→ EXERCISE DETAILS
Repeat exactly what appears from the opening line of the listing to the line with "pad11.Profile = sketch12", inclusive.

→ PROVIDED MATERIAL

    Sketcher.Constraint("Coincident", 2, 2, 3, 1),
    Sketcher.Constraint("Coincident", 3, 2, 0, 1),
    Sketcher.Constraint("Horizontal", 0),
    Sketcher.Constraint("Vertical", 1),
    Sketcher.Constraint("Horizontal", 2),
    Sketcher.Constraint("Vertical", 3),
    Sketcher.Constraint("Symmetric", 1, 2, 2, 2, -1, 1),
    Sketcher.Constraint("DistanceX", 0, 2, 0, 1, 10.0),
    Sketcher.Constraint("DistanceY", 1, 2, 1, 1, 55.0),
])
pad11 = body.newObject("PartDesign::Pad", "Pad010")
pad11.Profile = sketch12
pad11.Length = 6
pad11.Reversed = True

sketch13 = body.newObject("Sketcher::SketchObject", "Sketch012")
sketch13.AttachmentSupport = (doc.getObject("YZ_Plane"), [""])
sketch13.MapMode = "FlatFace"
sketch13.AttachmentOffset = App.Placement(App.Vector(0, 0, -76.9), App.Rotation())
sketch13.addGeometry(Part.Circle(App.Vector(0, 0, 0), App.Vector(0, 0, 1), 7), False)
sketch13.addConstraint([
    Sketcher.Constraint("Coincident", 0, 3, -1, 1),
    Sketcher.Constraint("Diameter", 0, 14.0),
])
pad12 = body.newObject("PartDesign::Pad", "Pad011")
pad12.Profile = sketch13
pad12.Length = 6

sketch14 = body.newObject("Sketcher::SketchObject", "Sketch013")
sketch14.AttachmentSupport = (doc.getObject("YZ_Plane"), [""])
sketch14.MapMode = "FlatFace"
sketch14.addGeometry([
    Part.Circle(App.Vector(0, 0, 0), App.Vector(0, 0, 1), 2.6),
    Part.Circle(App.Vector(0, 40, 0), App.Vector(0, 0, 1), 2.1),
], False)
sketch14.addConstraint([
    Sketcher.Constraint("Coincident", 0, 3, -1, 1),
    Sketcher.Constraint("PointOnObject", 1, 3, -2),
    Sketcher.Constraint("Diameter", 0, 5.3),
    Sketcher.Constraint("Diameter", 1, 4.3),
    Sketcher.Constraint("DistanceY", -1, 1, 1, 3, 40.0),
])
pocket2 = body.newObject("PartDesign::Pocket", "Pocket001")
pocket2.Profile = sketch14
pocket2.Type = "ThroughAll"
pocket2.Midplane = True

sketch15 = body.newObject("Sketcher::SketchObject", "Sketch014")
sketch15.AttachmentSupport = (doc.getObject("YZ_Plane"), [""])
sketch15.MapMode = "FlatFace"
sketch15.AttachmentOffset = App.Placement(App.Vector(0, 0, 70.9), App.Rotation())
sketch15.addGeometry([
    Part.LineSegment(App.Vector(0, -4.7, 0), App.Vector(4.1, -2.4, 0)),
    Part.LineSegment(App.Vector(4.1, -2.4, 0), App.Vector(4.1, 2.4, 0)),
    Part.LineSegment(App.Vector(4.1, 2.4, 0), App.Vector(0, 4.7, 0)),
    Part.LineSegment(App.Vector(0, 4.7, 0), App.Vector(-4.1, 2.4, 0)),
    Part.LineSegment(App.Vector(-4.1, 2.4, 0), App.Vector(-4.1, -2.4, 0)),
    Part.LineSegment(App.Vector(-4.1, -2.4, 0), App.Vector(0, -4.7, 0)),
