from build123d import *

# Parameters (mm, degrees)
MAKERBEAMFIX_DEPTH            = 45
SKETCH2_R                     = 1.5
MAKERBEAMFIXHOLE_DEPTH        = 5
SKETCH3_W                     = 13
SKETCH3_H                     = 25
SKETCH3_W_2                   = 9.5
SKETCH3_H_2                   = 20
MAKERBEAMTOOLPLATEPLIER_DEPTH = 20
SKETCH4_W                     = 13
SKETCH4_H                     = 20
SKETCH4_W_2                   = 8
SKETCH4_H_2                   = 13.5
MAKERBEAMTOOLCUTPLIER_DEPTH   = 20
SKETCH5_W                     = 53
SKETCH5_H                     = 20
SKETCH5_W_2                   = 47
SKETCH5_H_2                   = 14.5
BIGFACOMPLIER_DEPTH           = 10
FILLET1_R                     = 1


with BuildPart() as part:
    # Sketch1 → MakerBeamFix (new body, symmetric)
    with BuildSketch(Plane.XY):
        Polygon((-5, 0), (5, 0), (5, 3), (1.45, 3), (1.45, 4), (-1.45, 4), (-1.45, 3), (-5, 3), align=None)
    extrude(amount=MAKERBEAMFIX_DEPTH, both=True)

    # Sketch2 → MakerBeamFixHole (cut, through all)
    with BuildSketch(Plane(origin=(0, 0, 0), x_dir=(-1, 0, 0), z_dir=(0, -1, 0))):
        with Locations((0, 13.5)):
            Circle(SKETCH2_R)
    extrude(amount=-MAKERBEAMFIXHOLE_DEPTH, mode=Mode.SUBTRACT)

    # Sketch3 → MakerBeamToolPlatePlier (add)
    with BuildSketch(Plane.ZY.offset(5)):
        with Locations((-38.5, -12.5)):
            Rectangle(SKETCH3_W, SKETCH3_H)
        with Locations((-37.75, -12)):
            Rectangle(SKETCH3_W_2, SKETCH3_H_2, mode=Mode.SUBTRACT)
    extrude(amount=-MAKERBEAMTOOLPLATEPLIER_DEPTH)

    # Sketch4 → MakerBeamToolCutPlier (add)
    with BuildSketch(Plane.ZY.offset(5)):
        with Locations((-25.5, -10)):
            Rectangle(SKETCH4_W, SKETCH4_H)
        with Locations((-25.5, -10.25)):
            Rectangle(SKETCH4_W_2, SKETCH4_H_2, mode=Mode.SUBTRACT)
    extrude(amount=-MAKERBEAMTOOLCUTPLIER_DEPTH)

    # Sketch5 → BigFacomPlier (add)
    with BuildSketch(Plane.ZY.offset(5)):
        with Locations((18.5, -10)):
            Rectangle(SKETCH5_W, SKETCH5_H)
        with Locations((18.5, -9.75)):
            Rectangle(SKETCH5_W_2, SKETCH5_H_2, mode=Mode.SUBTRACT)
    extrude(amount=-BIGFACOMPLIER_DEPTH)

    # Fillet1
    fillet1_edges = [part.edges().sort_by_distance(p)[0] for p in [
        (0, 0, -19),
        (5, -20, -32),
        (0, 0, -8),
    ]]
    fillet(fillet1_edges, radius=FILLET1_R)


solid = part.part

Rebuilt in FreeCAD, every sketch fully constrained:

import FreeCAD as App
import Part
import Sketcher


def edges_at(feature, points):
    """Names of the edges that pass closest to the given points."""
    edges = feature.Shape.Edges
    near = lambda p: min(range(len(edges)), key=lambda i: edges[i].distToShape(Part.Vertex(*p))[0])
    return sorted({f"Edge{near(p) + 1}" for p in points})

doc = App.newDocument("Part")
params = doc.addObject("Spreadsheet::Sheet", "Params")
for row, (alias, value) in enumerate([
    ("sketch1_width", "10 mm"),
    ("sketch1_height", "3 mm"),
    ("sketch1_height2", "1 mm"),
    ("sketch1_width2", "2.9 mm"),
    ("pad1_length", "90 mm"),
    ("sketch2_diameter", "3 mm"),
    ("sketch3_width", "25 mm"),
    ("sketch3_width2", "20 mm"),
    ("sketch3_height", "13 mm"),
    ("sketch3_height2", "9.5 mm"),
    ("pad2_length", "20 mm"),
    ("sketch4_width", "20 mm"),
    ("sketch4_height", "13 mm"),
    ("sketch4_height2", "8 mm"),
    ("sketch4_width2", "13.5 mm"),
    ("pad3_length", "20 mm"),
    ("sketch5_width", "20 mm"),
    ("sketch5_height", "53 mm"),
    ("sketch5_height2", "47 mm"),
    ("sketch5_width2", "14.5 mm"),
    ("pad4_length", "10 mm"),
    ("fillet_radius", "1 mm"),
], start=1):
    params.set(f"A{row}", alias)
    params.set(f"B{row}", "=" + value)
    params.setAlias(f"B{row}", alias)

body = doc.addObject("PartDesign::Body", "Body")

sketch1 = body.newObject("Sketcher::SketchObject", "Sketch")
sketch1.AttachmentSupport = (doc.getObject("XY_Plane"), [""])
sketch1.MapMode = "FlatFace"
sketch1.addGeometry(Part.LineSegment(App.Vector(-5, 0, 0), App.Vector(5, 0, 0)), False)
sketch1.addGeometry(Part.LineSegment(App.Vector(5, 0, 0), App.Vector(5, 3, 0)), False)
sketch1.addGeometry(Part.LineSegment(App.Vector(5, 3, 0), App.Vector(1.45, 3, 0)), False)
sketch1.addGeometry(Part.LineSegment(App.Vector(1.45, 3, 0), App.Vector(1.45, 4, 0)), False)
sketch1.addGeometry(Part.LineSegment(App.Vector(1.45, 4, 0), App.Vector(-1.45, 4, 0)), False)
sketch1.addGeometry(Part.LineSegment(App.Vector(-1.45, 4, 0), App.Vector(-1.45, 3, 0)), False)
sketch1.addGeometry(Part.LineSegment(App.Vector(-1.45, 3, 0), App.Vector(-5, 3, 0)), False)
sketch1.addGeometry(Part.LineSegment(App.Vector(-5, 3, 0), App.Vector(-5, 0, 0)), False)
sketch1.addConstraint(Sketcher.Constraint("Coincident", 0, 2, 1, 1))
sketch1.addConstraint(Sketcher.Constraint("Coincident", 1, 2, 2, 1))
sketch1.addConstraint(Sketcher.Constraint("Coincident", 2, 2, 3, 1))
sketch1.addConstraint(Sketcher.Constraint("Coincident", 3, 2, 4, 1))
sketch1.addConstraint(Sketcher.Constraint("Coincident", 4, 2, 5, 1))
sketch1.addConstraint(Sketcher.Constraint("Coincident", 5, 2, 6, 1))
sketch1.addConstraint(Sketcher.Constraint("Coincident", 6, 2, 7, 1))
sketch1.addConstraint(Sketcher.Constraint("Coincident", 7, 2, 0, 1))
sketch1.addConstraint(Sketcher.Constraint("Horizontal", 0))
sketch1.addConstraint(Sketcher.Constraint("Vertical", 1))
sketch1.addConstraint(Sketcher.Constraint("Horizontal", 2))
sketch1.addConstraint(Sketcher.Constraint("Vertical", 3))
sketch1.addConstraint(Sketcher.Constraint("Horizontal", 4))
sketch1.addConstraint(Sketcher.Constraint("Vertical", 5))
sketch1.addConstraint(Sketcher.Constraint("Horizontal", 6))
sketch1.addConstraint(Sketcher.Constraint("Vertical", 7))
sketch1.addConstraint(Sketcher.Constraint("Symmetric", 0, 2, 7, 2, -1, 1))
sketch1.addConstraint(Sketcher.Constraint("Symmetric", 2, 2, 5, 2, -2))
sketch1.addConstraint(Sketcher.Constraint("DistanceX", 0, 1, 0, 2, 10.0))
sketch1.addConstraint(Sketcher.Constraint("DistanceY", 1, 1, 1, 2, 3.0))
sketch1.addConstraint(Sketcher.Constraint("DistanceY", 3, 1, 3, 2, 1.0))
sketch1.addConstraint(Sketcher.Constraint("DistanceX", 4, 2, 4, 1, 2.9))
sketch1.setExpression("Constraints[18]", "Params.sketch1_width")
sketch1.setExpression("Constraints[19]", "Params.sketch1_height")
sketch1.setExpression("Constraints[20]", "Params.sketch1_height2")
sketch1.setExpression("Constraints[21]", "Params.sketch1_width2")
pad1 = body.newObject("PartDesign::Pad", "Pad")
pad1.Profile = sketch1
pad1.setExpression("Length", "Params.pad1_length")
pad1.Midplane = True

sketch2 = body.newObject("Sketcher::SketchObject", "Sketch001")
sketch2.AttachmentSupport = (doc.getObject("XZ_Plane"), [""])
sketch2.MapMode = "FlatFace"
sketch2.addGeometry(Part.Circle(App.Vector(0, -13.5, 0), App.Vector(0, 0, 1), 1.5), False)
sketch2.addConstraint(Sketcher.Constraint("PointOnObject", 0, 3, -2))
sketch2.addConstraint(Sketcher.Constraint("Diameter", 0, 3.0))
sketch2.addConstraint(Sketcher.Constraint("DistanceY", 0, 3, -1, 1, 13.5))
sketch2.setExpression("Constraints[1]", "Params.sketch2_diameter")
pocket1 = body.newObject("PartDesign::Pocket", "Pocket")
pocket1.Profile = sketch2
pocket1.Type = "ThroughAll"

sketch3 = body.newObject("Sketcher::SketchObject", "Sketch002")
sketch3.AttachmentSupport = (doc.getObject("YZ_Plane"), [""])
sketch3.MapMode = "FlatFace"
sketch3.AttachmentOffset = App.Placement(App.Vector(0, 0, -5), App.Rotation())
sketch3.addGeometry(Part.LineSegment(App.Vector(0, -45, 0), App.Vector(-25, -45, 0)), False)
sketch3.addGeometry(Part.LineSegment(App.Vector(-25, -45, 0), App.Vector(-25, -32, 0)), False)
sketch3.addGeometry(Part.LineSegment(App.Vector(-25, -32, 0), App.Vector(0, -32, 0)), False)
sketch3.addGeometry(Part.LineSegment(App.Vector(0, -32, 0), App.Vector(0, -45, 0)), False)
sketch3.addGeometry(Part.LineSegment(App.Vector(-22, -33, 0), App.Vector(-22, -42.5, 0)), False)
sketch3.addGeometry(Part.LineSegment(App.Vector(-22, -42.5, 0), App.Vector(-2, -42.5, 0)), False)
sketch3.addGeometry(Part.LineSegment(App.Vector(-2, -42.5, 0), App.Vector(-2, -33, 0)), False)
sketch3.addGeometry(Part.LineSegment(App.Vector(-2, -33, 0), App.Vector(-22, -33, 0)), False)
sketch3.addConstraint(Sketcher.Constraint("Coincident", 0, 2, 1, 1))
sketch3.addConstraint(Sketcher.Constraint("Coincident", 1, 2, 2, 1))
sketch3.addConstraint(Sketcher.Constraint("Coincident", 2, 2, 3, 1))
sketch3.addConstraint(Sketcher.Constraint("Coincident", 3, 2, 0, 1))
sketch3.addConstraint(Sketcher.Constraint("Coincident", 4, 2, 5, 1))
sketch3.addConstraint(Sketcher.Constraint("Coincident", 5, 2, 6, 1))
sketch3.addConstraint(Sketcher.Constraint("Coincident", 6, 2, 7, 1))
sketch3.addConstraint(Sketcher.Constraint("Coincident", 7, 2, 4, 1))
sketch3.addConstraint(Sketcher.Constraint("Horizontal", 0))
sketch3.addConstraint(Sketcher.Constraint("Vertical", 1))
sketch3.addConstraint(Sketcher.Constraint("Horizontal", 2))
sketch3.addConstraint(Sketcher.Constraint("Vertical", 3))
sketch3.addConstraint(Sketcher.Constraint("Vertical", 4))
sketch3.addConstraint(Sketcher.Constraint("Horizontal", 5))
sketch3.addConstraint(Sketcher.Constraint("Vertical", 6))
sketch3.addConstraint(Sketcher.Constraint("Horizontal", 7))
sketch3.addConstraint(Sketcher.Constraint("PointOnObject", 2, 2, -2))
sketch3.addConstraint(Sketcher.Constraint("DistanceX", 0, 2, 0, 1, 25.0))
sketch3.addConstraint(Sketcher.Constraint("DistanceX", 5, 1, 5, 2, 20.0))
sketch3.addConstraint(Sketcher.Constraint("DistanceY", 1, 1, 1, 2, 13.0))
sketch3.addConstraint(Sketcher.Constraint("DistanceY", 4, 2, 4, 1, 9.5))
sketch3.addConstraint(Sketcher.Constraint("DistanceY", 0, 2, -1, 1, 45.0))
sketch3.addConstraint(Sketcher.Constraint("DistanceX", 4, 2, -1, 1, 22.0))
sketch3.addConstraint(Sketcher.Constraint("DistanceY", 6, 2, -1, 1, 33.0))
sketch3.setExpression("Constraints[17]", "Params.sketch3_width")
sketch3.setExpression("Constraints[18]", "Params.sketch3_width2")
sketch3.setExpression("Constraints[19]", "Params.sketch3_height")
sketch3.setExpression("Constraints[20]", "Params.sketch3_height2")
pad2 = body.newObject("PartDesign::Pad", "Pad001")
pad2.Profile = sketch3
pad2.setExpression("Length", "Params.pad2_length")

→ EXERCISE SOLUTION
    Sketcher.Constraint("Coincident", 2, 2, 3, 1),
    Sketcher.Constraint("Coincident", 3, 2, 0, 1),
    Sketcher.Constraint("Horizontal", 0),
    Sketcher.Constraint("Vertical", 1),
    Sketcher.Constraint("Horizontal", 2),
    Sketcher.Constraint("Vertical", 3),
    Sketcher.Constraint("Symmetric", 1, 2, 2, 2, -1, 1),
    Sketcher.Constraint("DistanceX", 0, 2, 0, 1, 10.0),
    Sketcher.Constraint("DistanceY", 1, 2, 1, 1, 55.0),
])
pad11 = body.newObject("PartDesign::Pad", "Pad010")
pad11.Profile = sketch12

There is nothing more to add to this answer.